The London market, where prices have surged ahead, has seen growth stall with prices flat last month, according to Hometrack’s latest housing survey report.
It means that overall prices in England and Wales have risen by just 0.1% for the second month in a row as the gap between supply and demand has narrowed rapidly and all evidence points to a shift towards a seller’s market in the remainder of the year
Whilst average house prices are yet to fall, weaker demand and increasing supply over the last six months have reduced the upward pressure on house prices, according to Hometrack, and this is increasing the amount of time properties are spending on the market and resulting in sellers having to accept larger discounts to the asking price to achieve a sale.
House price growth across the London market continues to underperform the rest of England and Wales. Growth flat lined once again in August and just 11% of postcodes registered month on month price increase. This compares to prices rising across 19% of markets outside London with the impetus for growth coming from commuter towns across the greater South East.
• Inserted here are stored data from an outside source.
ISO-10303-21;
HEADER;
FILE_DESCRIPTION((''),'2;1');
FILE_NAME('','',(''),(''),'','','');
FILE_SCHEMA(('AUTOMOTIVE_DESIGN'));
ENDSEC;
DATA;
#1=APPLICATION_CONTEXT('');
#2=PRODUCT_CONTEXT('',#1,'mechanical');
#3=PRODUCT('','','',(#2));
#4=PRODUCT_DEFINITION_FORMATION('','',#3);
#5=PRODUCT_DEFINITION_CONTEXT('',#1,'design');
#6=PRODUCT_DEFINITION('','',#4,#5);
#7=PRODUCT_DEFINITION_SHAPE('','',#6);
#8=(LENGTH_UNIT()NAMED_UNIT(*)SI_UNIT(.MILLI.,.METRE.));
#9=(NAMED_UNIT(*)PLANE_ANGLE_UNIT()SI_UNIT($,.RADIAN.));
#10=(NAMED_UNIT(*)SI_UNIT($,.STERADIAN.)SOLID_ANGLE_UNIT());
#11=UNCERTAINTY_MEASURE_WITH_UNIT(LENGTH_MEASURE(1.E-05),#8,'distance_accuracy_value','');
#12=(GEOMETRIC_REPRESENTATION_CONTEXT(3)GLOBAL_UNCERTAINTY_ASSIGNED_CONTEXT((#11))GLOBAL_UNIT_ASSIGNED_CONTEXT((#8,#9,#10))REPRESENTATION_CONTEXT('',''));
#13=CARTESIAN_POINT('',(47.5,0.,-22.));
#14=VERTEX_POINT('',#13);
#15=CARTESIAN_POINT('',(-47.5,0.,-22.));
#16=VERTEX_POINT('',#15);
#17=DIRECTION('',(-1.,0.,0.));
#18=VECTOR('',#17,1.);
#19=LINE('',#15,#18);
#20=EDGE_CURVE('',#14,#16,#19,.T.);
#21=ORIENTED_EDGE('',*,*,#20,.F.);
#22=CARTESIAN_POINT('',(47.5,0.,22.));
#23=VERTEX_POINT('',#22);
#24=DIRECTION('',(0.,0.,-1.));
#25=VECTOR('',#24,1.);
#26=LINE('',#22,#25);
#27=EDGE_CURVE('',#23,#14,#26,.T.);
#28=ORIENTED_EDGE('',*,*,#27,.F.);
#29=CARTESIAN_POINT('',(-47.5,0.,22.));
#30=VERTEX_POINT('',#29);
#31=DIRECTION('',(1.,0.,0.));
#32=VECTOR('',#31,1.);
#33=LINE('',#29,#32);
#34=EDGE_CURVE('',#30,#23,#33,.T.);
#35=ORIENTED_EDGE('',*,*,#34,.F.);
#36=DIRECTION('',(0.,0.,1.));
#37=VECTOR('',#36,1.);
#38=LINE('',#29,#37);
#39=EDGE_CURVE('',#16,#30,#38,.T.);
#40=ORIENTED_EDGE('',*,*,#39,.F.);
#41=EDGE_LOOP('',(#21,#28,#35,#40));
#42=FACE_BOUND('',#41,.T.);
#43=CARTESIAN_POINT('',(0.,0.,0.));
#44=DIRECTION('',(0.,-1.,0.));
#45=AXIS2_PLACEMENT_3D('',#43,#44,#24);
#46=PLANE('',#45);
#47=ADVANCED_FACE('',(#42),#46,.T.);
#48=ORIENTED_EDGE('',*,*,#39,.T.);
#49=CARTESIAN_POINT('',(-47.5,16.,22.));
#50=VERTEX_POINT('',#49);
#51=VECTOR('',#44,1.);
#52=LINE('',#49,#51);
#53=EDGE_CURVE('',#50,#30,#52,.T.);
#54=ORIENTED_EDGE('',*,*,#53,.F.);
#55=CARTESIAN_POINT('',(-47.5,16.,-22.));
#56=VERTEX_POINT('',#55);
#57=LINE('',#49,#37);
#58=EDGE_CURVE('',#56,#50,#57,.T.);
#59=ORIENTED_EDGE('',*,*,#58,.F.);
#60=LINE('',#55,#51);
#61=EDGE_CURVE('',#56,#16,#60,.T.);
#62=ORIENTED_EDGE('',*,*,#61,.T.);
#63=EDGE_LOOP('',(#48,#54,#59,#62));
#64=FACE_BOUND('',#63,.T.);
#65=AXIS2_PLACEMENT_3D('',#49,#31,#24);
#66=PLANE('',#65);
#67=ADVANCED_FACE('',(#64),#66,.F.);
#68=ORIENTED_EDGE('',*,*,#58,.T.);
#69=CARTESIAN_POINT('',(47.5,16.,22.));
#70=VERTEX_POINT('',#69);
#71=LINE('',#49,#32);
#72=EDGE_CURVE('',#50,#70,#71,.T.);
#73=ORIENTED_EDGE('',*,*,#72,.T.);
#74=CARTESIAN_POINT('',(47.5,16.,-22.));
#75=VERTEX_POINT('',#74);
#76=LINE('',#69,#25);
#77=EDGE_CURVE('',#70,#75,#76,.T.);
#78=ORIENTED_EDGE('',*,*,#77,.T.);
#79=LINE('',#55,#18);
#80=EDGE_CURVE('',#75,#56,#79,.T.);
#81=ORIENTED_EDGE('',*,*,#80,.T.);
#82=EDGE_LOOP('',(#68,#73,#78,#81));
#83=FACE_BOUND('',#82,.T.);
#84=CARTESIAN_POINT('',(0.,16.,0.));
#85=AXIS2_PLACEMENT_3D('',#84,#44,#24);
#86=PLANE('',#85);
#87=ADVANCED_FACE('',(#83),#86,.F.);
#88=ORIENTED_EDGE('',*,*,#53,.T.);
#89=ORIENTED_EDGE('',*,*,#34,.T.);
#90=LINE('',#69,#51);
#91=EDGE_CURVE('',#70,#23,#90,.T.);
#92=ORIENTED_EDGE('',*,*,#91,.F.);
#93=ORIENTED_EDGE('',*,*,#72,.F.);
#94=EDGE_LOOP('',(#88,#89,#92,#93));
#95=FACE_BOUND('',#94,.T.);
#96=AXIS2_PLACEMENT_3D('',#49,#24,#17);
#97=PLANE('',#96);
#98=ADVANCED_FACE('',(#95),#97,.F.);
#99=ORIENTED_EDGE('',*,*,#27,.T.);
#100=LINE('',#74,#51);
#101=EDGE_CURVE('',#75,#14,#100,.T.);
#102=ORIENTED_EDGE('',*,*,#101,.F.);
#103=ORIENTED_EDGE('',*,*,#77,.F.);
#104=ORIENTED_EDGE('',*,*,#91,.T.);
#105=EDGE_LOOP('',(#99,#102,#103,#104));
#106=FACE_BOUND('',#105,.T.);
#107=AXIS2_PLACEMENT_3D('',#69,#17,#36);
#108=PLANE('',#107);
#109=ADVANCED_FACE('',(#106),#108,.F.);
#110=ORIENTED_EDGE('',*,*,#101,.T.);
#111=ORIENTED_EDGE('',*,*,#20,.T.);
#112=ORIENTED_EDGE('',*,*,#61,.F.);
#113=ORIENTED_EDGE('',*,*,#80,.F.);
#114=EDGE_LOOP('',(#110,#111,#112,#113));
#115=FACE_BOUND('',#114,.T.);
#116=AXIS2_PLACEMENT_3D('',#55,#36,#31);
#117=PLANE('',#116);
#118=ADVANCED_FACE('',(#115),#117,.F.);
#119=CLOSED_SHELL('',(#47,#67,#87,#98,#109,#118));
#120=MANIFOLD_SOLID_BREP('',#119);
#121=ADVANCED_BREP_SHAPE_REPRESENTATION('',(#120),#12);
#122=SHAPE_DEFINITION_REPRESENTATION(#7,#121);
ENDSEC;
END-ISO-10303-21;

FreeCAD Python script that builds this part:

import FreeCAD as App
import Part
import Sketcher

doc = App.newDocument("Part")
body = doc.addObject("PartDesign::Body", "Body")

# Sketch on XZ plane
sketch1 = body.newObject("Sketcher::SketchObject", "Sketch")
sketch1.AttachmentSupport = (doc.getObject("XZ_Plane"), [""])
sketch1.MapMode = "FlatFace"
sketch1.addGeometry([
    Part.LineSegment(App.Vector(-48, -22, 0), App.Vector(-48, 22, 0)),
    Part.LineSegment(App.Vector(-48, 22, 0), App.Vector(48, 22, 0)),
    Part.LineSegment(App.Vector(48, 22, 0), App.Vector(48, -22, 0)),
    Part.LineSegment(App.Vector(48, -22, 0), App.Vector(-48, -22, 0)),
], False)
sketch1.addConstraint([
    Sketcher.Constraint("Coincident", 0, 2, 1, 1),
    Sketcher.Constraint("Coincident", 1, 2, 2, 1),
    Sketcher.Constraint("Coincident", 2, 2, 3, 1),
    Sketcher.Constraint("Coincident", 3, 2, 0, 1),
    Sketcher.Constraint("Vertical", 0),
    Sketcher.Constraint("Horizontal", 1),
    Sketcher.Constraint("Vertical", 2),
    Sketcher.Constraint("Horizontal", 3),
    Sketcher.Constraint("Symmetric", 0, 2, 2, 2, -1, 1),
    Sketcher.Constraint("DistanceX", 1, 1, 1, 2, 95.0),
    Sketcher.Constraint("DistanceY", 0, 1, 0, 2, 44.0),
])
pad1 = body.newObject("PartDesign::Pad", "Pad")
pad1.Profile = sketch1
pad1.Length = 16
pad1.Reversed = True

doc.recompute()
The change of fortunes for the London market over the last six months has been stark. In February this year 87% of London postcode districts witnessed a price increase over the month compared to just 11% now. The proportion of the asking price achieved has fallen from 98.8% to 96.4%.
Overall demand remains subdued with new buyer numbers down by 0.9% for a second month, largely on seasonal factors while the time on the market is up for the second month in a row from 5.9% in June to 6.3 weeks in August.
The data also shows that the proportion of the asking price achieved is down for the third month in a row from 96.8% in May to 95.9% in August. Price falls tend to be recorded when this measure falls below 94%.
Some 19% of housing markets posted price gains in the month with 4.2% recording price falls. Six months ago price rises were recorded across more than 50% of the market i.e. the coverage of price rises has more than halved over this time.
‘The latest survey continues to point to clear evidence of slowdown, particularly in the London market. This is not a huge surprise for August but the signs of a slowdown in market activity were starting to emerge back in May with evidence of growing resistance to rapid price rises in the London market,’ said Richard Donnell, director of research at Hometrack.
‘Talk of a housing bubble and warning from the Bank of England have impacted sentiment while tougher affordability checks for mortgages and rumblings around interest rate rises is starting to make buyers think twice. Important lead indicators in this survey are turning and pointing to a loss of momentum in house price growth,’ he explained.
‘In particular a widening gap between asking and achieved prices in the face of weaker demand and an increase in the time on the market. Both indicators are coming off a positive base which suggest a slowdown in the rate of growth rather than price falls. We expect a continued shift towards a seller’s market in the face of weaker, more price sensitive demand,’ he added.
The report also shows that demand for housing has increased by 23% in the eight months to August, on a par with growth over 2013 and stronger demand is to be expected as the housing recovery spreads beyond London.
However, compared to 2013, when demand continued to grow month on month over the year, there has been a clear slowdown in the latest three months of 2014. London and the South East are registering an increase in the time on the market which is most marked in London.
At the same time, the time to sell has reduced across all other areas in the last 12 months as market conditions have improved.